Take the records below and print them verbatim up to and including the line that carries "f 151 283 284".

== Segment start ==

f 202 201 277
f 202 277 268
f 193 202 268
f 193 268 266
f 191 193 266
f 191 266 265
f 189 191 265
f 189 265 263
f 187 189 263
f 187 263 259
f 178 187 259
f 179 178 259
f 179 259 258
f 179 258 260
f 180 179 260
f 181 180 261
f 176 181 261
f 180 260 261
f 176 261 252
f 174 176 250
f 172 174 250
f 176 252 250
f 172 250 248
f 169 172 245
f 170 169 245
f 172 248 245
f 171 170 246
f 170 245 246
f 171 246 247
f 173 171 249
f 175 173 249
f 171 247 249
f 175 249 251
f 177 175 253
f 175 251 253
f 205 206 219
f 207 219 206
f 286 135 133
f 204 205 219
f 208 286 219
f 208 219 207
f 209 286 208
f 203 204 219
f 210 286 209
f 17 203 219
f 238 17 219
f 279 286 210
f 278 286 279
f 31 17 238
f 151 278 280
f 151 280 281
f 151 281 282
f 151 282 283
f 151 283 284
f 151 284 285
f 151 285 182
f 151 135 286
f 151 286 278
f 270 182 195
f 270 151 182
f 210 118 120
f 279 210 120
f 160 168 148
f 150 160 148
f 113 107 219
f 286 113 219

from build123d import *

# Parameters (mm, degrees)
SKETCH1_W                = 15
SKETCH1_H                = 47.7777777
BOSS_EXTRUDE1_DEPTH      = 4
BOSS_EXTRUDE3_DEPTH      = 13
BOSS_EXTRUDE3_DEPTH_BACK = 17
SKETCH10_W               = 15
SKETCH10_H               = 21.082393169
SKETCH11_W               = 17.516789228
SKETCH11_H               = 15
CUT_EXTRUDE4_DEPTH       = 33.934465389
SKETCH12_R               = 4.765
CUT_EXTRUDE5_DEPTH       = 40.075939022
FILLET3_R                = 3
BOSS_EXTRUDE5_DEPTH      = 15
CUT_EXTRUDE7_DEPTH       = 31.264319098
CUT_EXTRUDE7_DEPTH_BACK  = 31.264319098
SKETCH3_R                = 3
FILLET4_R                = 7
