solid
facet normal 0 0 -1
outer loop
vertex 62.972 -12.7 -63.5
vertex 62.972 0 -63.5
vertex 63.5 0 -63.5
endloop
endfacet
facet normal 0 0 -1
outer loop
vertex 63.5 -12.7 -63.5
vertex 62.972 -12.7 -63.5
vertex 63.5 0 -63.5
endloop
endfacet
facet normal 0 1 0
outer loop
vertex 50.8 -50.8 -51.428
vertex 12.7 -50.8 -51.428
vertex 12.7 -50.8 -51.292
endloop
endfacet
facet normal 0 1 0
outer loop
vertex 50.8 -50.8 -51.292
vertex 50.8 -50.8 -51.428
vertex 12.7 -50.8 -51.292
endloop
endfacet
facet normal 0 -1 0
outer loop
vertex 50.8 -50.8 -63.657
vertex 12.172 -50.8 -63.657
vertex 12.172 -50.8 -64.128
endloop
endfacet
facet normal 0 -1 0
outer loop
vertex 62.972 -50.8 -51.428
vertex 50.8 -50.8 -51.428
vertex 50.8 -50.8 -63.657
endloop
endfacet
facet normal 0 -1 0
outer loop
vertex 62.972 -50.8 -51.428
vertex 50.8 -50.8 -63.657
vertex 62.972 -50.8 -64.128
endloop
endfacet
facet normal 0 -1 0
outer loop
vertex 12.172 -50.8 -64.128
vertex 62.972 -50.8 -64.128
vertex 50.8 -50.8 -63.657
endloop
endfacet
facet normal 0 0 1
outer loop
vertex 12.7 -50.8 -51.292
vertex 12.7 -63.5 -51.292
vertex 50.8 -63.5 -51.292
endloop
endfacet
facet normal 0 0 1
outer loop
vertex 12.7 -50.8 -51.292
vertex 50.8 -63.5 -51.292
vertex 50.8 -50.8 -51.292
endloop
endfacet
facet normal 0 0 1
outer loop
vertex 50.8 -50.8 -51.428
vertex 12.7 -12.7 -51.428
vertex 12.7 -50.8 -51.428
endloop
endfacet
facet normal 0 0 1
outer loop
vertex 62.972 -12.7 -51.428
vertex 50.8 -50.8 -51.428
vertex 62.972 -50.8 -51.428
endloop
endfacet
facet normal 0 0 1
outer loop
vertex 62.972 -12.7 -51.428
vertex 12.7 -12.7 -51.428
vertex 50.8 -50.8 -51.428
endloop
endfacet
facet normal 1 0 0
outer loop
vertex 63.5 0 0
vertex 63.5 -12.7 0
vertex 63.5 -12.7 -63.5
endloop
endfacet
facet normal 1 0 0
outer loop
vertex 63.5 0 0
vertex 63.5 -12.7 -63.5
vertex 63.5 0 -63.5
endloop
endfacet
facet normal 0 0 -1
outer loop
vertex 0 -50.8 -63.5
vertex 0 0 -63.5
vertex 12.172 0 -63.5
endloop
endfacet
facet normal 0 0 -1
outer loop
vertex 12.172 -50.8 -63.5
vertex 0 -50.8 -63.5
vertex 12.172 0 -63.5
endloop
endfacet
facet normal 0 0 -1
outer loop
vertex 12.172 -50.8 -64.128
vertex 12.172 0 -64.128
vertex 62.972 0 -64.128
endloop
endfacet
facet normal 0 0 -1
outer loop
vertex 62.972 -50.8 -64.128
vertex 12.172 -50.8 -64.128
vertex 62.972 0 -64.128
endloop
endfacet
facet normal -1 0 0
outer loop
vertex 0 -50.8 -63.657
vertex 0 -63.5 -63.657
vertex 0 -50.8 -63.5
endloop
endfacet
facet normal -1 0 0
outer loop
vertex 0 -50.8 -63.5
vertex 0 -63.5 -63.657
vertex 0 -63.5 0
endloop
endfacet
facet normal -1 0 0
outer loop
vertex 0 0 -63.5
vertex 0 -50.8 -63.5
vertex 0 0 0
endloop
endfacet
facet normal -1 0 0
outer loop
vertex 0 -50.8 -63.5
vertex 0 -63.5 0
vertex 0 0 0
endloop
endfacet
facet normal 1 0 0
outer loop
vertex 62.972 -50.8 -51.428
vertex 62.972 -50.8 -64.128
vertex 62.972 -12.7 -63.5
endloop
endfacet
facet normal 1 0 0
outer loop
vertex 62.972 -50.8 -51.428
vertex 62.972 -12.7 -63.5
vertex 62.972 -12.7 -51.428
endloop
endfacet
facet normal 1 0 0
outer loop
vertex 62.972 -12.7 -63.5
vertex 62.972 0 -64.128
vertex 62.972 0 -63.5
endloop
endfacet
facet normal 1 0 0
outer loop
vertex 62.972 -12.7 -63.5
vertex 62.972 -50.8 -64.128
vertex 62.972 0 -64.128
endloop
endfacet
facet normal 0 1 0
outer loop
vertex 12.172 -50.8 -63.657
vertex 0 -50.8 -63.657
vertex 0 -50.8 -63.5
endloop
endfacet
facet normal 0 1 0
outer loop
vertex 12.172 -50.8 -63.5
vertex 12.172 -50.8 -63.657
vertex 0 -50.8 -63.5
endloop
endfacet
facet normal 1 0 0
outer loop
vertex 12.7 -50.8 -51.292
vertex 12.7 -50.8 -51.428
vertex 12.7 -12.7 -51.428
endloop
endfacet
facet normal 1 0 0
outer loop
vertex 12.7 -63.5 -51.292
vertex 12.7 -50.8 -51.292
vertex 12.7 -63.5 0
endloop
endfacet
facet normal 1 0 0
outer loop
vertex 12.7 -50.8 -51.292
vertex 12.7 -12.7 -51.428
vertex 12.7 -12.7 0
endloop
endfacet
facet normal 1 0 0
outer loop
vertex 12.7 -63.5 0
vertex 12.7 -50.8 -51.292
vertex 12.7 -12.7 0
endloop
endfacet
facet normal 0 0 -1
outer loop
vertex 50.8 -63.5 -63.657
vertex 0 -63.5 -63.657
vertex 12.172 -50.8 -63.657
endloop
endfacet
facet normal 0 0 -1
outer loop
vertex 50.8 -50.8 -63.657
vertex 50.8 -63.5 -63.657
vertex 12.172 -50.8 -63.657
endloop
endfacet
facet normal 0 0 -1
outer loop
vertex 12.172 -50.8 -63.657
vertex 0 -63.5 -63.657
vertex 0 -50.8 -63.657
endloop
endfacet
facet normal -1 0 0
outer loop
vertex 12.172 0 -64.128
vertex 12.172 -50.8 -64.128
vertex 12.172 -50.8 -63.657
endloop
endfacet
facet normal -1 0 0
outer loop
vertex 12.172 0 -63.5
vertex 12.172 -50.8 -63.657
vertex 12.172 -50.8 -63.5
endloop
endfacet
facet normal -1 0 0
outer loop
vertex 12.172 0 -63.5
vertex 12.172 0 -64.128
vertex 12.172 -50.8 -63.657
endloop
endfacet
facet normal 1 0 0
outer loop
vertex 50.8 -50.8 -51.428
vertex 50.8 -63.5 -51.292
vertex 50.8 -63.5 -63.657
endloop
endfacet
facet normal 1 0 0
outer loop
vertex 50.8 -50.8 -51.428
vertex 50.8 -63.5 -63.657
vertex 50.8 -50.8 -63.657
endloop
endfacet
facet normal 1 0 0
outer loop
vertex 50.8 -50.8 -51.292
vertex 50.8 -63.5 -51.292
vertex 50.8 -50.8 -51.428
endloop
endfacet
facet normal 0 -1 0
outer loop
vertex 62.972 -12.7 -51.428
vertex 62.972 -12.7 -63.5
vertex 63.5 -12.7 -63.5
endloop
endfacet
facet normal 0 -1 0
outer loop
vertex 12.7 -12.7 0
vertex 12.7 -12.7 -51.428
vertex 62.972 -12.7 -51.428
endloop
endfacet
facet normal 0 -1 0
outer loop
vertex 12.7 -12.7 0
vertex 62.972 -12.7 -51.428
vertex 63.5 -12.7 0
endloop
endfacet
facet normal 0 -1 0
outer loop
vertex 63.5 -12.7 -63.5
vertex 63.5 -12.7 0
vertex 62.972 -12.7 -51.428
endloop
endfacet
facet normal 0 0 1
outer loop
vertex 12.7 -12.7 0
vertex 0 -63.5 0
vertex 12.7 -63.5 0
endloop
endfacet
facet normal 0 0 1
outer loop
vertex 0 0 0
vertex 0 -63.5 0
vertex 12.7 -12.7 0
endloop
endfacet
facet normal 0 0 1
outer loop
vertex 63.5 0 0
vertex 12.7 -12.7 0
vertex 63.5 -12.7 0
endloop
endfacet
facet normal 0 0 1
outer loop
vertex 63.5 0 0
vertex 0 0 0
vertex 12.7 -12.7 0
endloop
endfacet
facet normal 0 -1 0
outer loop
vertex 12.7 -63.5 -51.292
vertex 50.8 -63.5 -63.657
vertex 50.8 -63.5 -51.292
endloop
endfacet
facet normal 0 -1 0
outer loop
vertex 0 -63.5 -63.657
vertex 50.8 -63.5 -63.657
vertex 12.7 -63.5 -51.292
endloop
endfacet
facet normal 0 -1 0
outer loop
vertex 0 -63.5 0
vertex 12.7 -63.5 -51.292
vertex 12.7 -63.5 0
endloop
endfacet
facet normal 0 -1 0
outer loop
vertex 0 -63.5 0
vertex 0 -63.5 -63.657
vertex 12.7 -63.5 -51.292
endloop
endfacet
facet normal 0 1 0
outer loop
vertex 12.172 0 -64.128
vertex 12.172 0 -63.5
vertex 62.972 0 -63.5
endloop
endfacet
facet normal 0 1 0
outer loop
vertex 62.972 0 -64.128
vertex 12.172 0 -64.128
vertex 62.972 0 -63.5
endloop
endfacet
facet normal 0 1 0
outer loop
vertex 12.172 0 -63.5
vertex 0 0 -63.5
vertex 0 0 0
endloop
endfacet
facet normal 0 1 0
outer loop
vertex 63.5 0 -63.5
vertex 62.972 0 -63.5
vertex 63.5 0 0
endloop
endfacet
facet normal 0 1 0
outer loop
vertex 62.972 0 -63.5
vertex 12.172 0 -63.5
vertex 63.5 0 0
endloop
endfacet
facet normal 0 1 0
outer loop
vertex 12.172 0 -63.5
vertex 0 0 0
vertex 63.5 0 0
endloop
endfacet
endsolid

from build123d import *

# Parameters (mm, degrees)
F0_W     = 12.7
F0_H     = 63.5
F1_DEPTH = 63.5
F2_W     = 12.7
F2_H     = 63.5
F3_DEPTH = 63.5
F4_W     = 50.8
F4_H     = 12.7
F5_DEPTH = 50.8
F6_W     = 12.7
F6_H     = 12.365417
F7_DEPTH = 50.8


with BuildPart() as f1:
    # F0 (on Front) → F1 (new body)
    with BuildSketch(Plane.XZ):
        with Locations((6.35, -31.75)):
            Rectangle(F0_W, F0_H)
    extrude(amount=F1_DEPTH)

    # F2 (on Right) → F3 (join)
    with BuildSketch(Plane.YZ):
        with Locations((-6.35, -31.75)):
            Rectangle(F2_W, F2_H)
    extrude(amount=F3_DEPTH)

    # F4 (on Front) → F5 (join)
    with BuildSketch(Plane.XZ):
        with Locations((37.57162, -57.778161)):
            Rectangle(F4_W, F4_H)
    extrude(amount=F5_DEPTH)

    # F6 (on Right) → F7 (join)
    with BuildSketch(Plane.YZ):
        with Locations((-57.15, -57.474271)):
            Rectangle(F6_W, F6_H)
    extrude(amount=F7_DEPTH)


solid = f1.part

== Segment end ==

Your response:
f 202 201 277
f 202 277 268
f 193 202 268
f 193 268 266
f 191 193 266
f 191 266 265
f 189 191 265
f 189 265 263
f 187 189 263
f 187 263 259
f 178 187 259
f 179 178 259
f 179 259 258
f 179 258 260
f 180 179 260
f 181 180 261
f 176 181 261
f 180 260 261
f 176 261 252
f 174 176 250
f 172 174 250
f 176 252 250
f 172 250 248
f 169 172 245
f 170 169 245
f 172 248 245
f 171 170 246
f 170 245 246
f 171 246 247
f 173 171 249
f 175 173 249
f 171 247 249
f 175 249 251
f 177 175 253
f 175 251 253
f 205 206 219
f 207 219 206
f 286 135 133
f 204 205 219
f 208 286 219
f 208 219 207
f 209 286 208
f 203 204 219
f 210 286 209
f 17 203 219
f 238 17 219
f 279 286 210
f 278 286 279
f 31 17 238
f 151 278 280
f 151 280 281
f 151 281 282
f 151 282 283
f 151 283 284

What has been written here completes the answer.